My Wrestler of the Year is definitely Okada, but with strong runners-up Sabre Jr., Omega, and Ishii.


----------



## Wrestling is Life

Late to the party with this one, but a huge YES to Zack Sabre Jr. vs WALTER from PWG ASW13:N2. God damn! Brutal as can be!


----------



## Rah

Fuck it, let's end this thread with LUCHA

NOMINATE
*Demus 3:16 vs Wotan (Generación XXI 18/12/2017)*
https://www.youtube.com/watch?v=GM4ffJZJI3Q

Is Wotan looking for a quick Insurance pay out or something? Between this match and the Terry brawl, he probably has more dirt in his veins than blood at this point. The chairshots and headbutts are stiff enough but watching them roll around on a drink-spilled, dirty floor had me wincing.

Sadly this isn't complete but we get enough meat to understand the bulk. And that bulk is impressive.
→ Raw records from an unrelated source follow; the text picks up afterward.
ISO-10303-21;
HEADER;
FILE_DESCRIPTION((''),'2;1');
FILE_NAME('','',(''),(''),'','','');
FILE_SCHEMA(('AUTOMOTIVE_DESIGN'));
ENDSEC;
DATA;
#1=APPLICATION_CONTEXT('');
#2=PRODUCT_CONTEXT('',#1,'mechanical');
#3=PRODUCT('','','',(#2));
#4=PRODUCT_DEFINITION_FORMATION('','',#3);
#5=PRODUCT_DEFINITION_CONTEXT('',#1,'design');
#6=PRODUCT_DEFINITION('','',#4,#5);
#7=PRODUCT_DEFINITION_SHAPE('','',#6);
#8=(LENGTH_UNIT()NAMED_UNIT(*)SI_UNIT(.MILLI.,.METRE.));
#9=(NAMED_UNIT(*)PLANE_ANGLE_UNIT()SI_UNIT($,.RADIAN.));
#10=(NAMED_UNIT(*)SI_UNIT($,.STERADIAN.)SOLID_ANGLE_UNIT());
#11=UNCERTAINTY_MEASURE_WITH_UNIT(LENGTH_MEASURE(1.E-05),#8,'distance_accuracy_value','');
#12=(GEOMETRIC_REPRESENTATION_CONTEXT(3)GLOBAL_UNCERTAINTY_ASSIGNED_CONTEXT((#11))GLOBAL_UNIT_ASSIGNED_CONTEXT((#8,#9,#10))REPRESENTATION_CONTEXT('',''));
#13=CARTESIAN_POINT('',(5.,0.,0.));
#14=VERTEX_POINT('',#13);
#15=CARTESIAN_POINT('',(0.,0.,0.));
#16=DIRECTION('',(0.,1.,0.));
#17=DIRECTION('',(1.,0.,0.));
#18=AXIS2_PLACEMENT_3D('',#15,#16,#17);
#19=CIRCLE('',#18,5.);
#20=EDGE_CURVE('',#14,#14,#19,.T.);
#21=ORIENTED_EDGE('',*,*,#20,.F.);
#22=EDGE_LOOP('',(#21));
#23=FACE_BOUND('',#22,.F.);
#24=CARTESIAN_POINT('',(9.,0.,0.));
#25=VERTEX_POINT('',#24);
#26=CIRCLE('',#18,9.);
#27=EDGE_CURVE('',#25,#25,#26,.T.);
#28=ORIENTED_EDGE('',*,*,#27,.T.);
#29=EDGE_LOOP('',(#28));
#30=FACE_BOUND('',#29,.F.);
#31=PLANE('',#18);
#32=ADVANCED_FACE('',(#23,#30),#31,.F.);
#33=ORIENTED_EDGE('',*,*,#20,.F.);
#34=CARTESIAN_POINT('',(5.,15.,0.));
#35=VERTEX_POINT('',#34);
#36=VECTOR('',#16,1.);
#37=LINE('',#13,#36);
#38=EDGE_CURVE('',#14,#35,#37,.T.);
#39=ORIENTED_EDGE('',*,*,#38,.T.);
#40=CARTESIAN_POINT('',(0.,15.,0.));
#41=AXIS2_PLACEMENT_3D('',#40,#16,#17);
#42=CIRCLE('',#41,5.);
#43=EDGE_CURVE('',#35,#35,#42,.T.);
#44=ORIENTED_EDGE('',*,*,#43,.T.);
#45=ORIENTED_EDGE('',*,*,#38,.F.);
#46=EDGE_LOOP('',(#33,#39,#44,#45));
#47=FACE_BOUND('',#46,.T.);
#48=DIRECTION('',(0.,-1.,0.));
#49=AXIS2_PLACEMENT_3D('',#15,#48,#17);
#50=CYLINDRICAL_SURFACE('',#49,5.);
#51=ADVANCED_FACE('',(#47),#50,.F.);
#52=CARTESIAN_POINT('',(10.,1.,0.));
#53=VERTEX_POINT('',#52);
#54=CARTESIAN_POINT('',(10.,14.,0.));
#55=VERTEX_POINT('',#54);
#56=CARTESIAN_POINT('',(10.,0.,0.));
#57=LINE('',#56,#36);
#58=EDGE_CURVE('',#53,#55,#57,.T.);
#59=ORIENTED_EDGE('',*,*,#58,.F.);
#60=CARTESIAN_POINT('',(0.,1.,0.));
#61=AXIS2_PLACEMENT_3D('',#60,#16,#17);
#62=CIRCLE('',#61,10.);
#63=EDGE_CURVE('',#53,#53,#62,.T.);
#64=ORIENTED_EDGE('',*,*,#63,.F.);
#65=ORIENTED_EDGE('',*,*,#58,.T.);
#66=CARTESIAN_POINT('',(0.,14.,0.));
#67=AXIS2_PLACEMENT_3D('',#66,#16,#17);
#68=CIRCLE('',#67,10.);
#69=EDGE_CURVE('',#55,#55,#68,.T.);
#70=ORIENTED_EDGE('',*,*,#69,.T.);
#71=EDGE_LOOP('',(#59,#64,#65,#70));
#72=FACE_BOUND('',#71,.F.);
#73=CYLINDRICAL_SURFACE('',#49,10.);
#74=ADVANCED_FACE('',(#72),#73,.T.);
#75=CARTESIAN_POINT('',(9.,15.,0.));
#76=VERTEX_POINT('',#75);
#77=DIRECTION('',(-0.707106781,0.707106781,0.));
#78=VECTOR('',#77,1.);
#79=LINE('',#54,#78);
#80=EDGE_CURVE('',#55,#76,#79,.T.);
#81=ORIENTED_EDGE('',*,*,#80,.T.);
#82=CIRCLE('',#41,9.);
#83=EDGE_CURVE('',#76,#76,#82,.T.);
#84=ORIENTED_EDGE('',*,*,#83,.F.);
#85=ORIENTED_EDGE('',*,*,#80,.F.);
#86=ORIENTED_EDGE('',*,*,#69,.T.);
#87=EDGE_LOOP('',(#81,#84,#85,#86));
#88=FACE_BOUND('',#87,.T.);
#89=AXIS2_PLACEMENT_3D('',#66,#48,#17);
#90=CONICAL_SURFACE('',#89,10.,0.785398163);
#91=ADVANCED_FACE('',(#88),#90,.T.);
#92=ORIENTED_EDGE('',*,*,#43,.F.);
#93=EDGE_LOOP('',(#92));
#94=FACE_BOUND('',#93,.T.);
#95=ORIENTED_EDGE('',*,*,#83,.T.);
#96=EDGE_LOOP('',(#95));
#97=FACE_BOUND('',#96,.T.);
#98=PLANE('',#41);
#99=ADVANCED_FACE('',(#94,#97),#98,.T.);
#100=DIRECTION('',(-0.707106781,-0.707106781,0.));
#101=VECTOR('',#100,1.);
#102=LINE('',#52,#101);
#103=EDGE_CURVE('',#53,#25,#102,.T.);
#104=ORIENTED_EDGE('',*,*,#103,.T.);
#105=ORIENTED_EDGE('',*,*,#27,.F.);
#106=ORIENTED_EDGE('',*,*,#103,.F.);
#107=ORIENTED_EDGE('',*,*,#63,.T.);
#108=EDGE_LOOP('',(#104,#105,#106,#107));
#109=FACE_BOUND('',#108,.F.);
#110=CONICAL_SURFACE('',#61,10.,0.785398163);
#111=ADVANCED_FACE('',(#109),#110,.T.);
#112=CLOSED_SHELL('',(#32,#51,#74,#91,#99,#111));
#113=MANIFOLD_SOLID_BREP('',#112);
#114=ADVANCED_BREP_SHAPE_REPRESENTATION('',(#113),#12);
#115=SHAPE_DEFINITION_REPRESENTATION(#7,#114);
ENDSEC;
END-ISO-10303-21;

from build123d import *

# Parameters (mm, degrees)
SKETCH1_R           = 10
SKETCH1_R_2         = 5
BOSS_EXTRUDE1_DEPTH = 15
CHAMFER2_SIZE       = 1


with BuildPart() as part:
    # Sketch1 → Boss-Extrude1 (new body)
    with BuildSketch(Plane(origin=(0, 0, 0), x_dir=(1, 0, 0), z_dir=(0, 1, 0))):
        Circle(SKETCH1_R)
        Circle(SKETCH1_R_2, mode=Mode.SUBTRACT)
    extrude(amount=BOSS_EXTRUDE1_DEPTH)

    # Chamfer2
    chamfer2_edges = [part.edges().sort_by_distance(p)[0] for p in [
        (-10, 0, 0),
        (-10, 15, 0),
    ]]
    chamfer(chamfer2_edges, length=CHAMFER2_SIZE)


solid = part.part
I've probably been higher on Wotan than most, and this was the best he's looked since facing Black Terry, but this was a total Demus 3:16 show. His blood-loss selling was great, but he shone with his offence. Kneeling headbutts are a thing that need to die a death in contemporary wrestling but Demus provided a very viable way of introducing the spot by popping a towering Wotan in the dick before wacking him with a stiff headbutt to the temple. Smirked wholeheartedly when he legit near murdered the referee with a chairshot.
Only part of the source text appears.